- **Exercise objective**: Wherever the string "Locations" occurs in a line of these records, report that line.

[Exercise input — start]

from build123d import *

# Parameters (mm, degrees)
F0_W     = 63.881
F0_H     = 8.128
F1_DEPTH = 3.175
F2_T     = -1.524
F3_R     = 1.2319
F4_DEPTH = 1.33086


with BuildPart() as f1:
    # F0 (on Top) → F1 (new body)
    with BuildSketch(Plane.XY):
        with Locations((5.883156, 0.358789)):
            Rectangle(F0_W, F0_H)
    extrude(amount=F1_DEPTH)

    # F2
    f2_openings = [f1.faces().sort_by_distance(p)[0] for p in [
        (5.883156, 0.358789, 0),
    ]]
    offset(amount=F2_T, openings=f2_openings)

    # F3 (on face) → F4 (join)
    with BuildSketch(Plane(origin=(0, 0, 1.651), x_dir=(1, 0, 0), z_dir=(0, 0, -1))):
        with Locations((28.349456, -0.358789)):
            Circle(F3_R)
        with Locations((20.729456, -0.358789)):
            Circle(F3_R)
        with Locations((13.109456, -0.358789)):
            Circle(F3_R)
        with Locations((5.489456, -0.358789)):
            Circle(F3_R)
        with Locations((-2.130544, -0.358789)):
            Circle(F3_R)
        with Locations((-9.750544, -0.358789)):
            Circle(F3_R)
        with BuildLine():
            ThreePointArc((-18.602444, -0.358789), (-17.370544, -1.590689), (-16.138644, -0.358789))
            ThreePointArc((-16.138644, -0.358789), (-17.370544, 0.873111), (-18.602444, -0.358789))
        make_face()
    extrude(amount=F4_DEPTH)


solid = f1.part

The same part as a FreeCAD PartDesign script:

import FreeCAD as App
import Part
import Sketcher

V = App.Vector
Q = App.Units.Quantity


def faces_at(feature, points):
    """Names of the faces that lie closest to the given points."""
    faces = feature.Shape.Faces
    near = lambda p: min(range(len(faces)), key=lambda i: faces[i].distToShape(Part.Vertex(*p))[0])
    return sorted({f"Face{near(p) + 1}" for p in points})


def add_polygon(sketch, points):
    """Adds a closed chain of lines whose ends are joined by coincident constraints."""
    first, n = sketch.GeometryCount, len(points)
    for a, b in zip(points, points[1:] + points[:1]):
        sketch.addGeometry(Part.LineSegment(App.Vector(*a, 0), App.Vector(*b, 0)), False)
    for i in range(n):
        sketch.addConstraint(Sketcher.Constraint("Coincident", first + i, 2, first + (i + 1) % n, 1))

doc = App.newDocument("Part")
body = doc.addObject("PartDesign::Body", "Body")

# Sketch on XY plane
sketch1 = body.newObject("Sketcher::SketchObject", "Sketch")
sketch1.AttachmentSupport = (doc.getObject("XY_Plane"), [""])
sketch1.MapMode = "FlatFace"
add_polygon(sketch1, [(-26, 4), (-26, -4), (38, -4), (38, 4)])  # lines 0-3
sketch1.addConstraint(Sketcher.Constraint("Vertical", 0))
sketch1.addConstraint(Sketcher.Constraint("Horizontal", 1))
sketch1.addConstraint(Sketcher.Constraint("Vertical", 2))
sketch1.addConstraint(Sketcher.Constraint("Horizontal", 3))
sketch1.addConstraint(Sketcher.Constraint("DistanceY", 0, 2, 0, 1, Q("0.32 in")))
sketch1.addConstraint(Sketcher.Constraint("DistanceX", 1, 1, 1, 2, Q("2.515 in")))
sketch1.addConstraint(Sketcher.Constraint("DistanceY", 0, 2, -1, 1, Q("3.705211 mm")))
sketch1.addConstraint(Sketcher.Constraint("DistanceX", 0, 2, -1, 1, Q("26.057344 mm")))
pad1 = body.newObject("PartDesign::Pad", "Pad")
pad1.Profile = sketch1
pad1.Length = Q("0.125 in")
doc.recompute()

thickness = body.newObject("PartDesign::Thickness", "Thickness")
thickness.Base = (pad1, faces_at(pad1, [(5.883, 0.359, 0)]))
thickness.Value = Q("0.06 in")
thickness.Reversed = True
thickness.Join = "Arc"

# Sketch on XY plane
sketch2 = body.newObject("Sketcher::SketchObject", "Sketch001")
sketch2.AttachmentSupport = (doc.getObject("XY_Plane"), [""])
sketch2.MapMode = "FlatFace"
sketch2.AttachmentOffset = App.Placement(V(0, 0, 0.065 * 25.4), App.Rotation())
sketch2.addGeometry(Part.Circle(V(28.3, 0.4, 0), V(0, 0, 1), 1.2), False)
sketch2.addGeometry(Part.Circle(V(20.7, 0.4, 0), V(0, 0, 1), 1.2), False)
sketch2.addGeometry(Part.Circle(V(13.1, 0.4, 0), V(0, 0, 1), 1.2), False)
sketch2.addGeometry(Part.Circle(V(5.5, 0.4, 0), V(0, 0, 1), 1.2), False)
sketch2.addGeometry(Part.Circle(V(-2.1, 0.4, 0), V(0, 0, 1), 1.2), False)
sketch2.addGeometry(Part.Circle(V(-9.8, 0.4, 0), V(0, 0, 1), 1.2), False)
sketch2.addGeometry(Part.Circle(V(-17.4, 0.4, 0), V(0, 0, 1), 1.2), False)
sketch2.addConstraint(Sketcher.Constraint("Equal", 0, 1))
sketch2.addConstraint(Sketcher.Constraint("Equal", 1, 2))
sketch2.addConstraint(Sketcher.Constraint("Equal", 2, 3))
sketch2.addConstraint(Sketcher.Constraint("Equal", 3, 4))
sketch2.addConstraint(Sketcher.Constraint("Equal", 4, 5))
sketch2.addConstraint(Sketcher.Constraint("Equal", 5, 6))
sketch2.addConstraint(Sketcher.Constraint("Horizontal", 0, 3, 1, 3))
sketch2.addConstraint(Sketcher.Constraint("Horizontal", 1, 3, 2, 3))
sketch2.addConstraint(Sketcher.Constraint("Horizontal", 2, 3, 3, 3))
sketch2.addConstraint(Sketcher.Constraint("Horizontal", 3, 3, 4, 3))
sketch2.addConstraint(Sketcher.Constraint("Horizontal", 4, 3, 5, 3))
sketch2.addConstraint(Sketcher.Constraint("Horizontal", 5, 3, 6, 3))
sketch2.addConstraint(Sketcher.Constraint("Diameter", 0, Q("0.097 in")))
sketch2.addConstraint(Sketcher.Constraint("DistanceX", 1, 3, 0, 3, Q("0.3 in")))
sketch2.addConstraint(Sketcher.Constraint("DistanceX", 2, 3, 1, 3, Q("0.3 in")))
sketch2.addConstraint(Sketcher.Constraint("DistanceX", 3, 3, 2, 3, Q("0.3 in")))
sketch2.addConstraint(Sketcher.Constraint("DistanceX", 4, 3, 3, 3, Q("0.3 in")))
sketch2.addConstraint(Sketcher.Constraint("DistanceX", 5, 3, 4, 3, Q("0.3 in")))
sketch2.addConstraint(Sketcher.Constraint("DistanceX", 6, 3, 5, 3, Q("0.3 in")))
sketch2.addConstraint(Sketcher.Constraint("DistanceY", -1, 1, 0, 3, Q("0.358789 mm")))
sketch2.addConstraint(Sketcher.Constraint("DistanceX", -1, 1, 0, 3, Q("28.349456 mm")))
pad2 = body.newObject("PartDesign::Pad", "Pad001")
pad2.Profile = sketch2
pad2.Length = 1.33086
pad2.Reversed = True

doc.recompute()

[Exercise input — finish]

- **Output of the task**:
        with Locations((5.883156, 0.358789)):
        with Locations((28.349456, -0.358789)):
        with Locations((20.729456, -0.358789)):
        with Locations((13.109456, -0.358789)):
        with Locations((5.489456, -0.358789)):
        with Locations((-2.130544, -0.358789)):
        with Locations((-9.750544, -0.358789)):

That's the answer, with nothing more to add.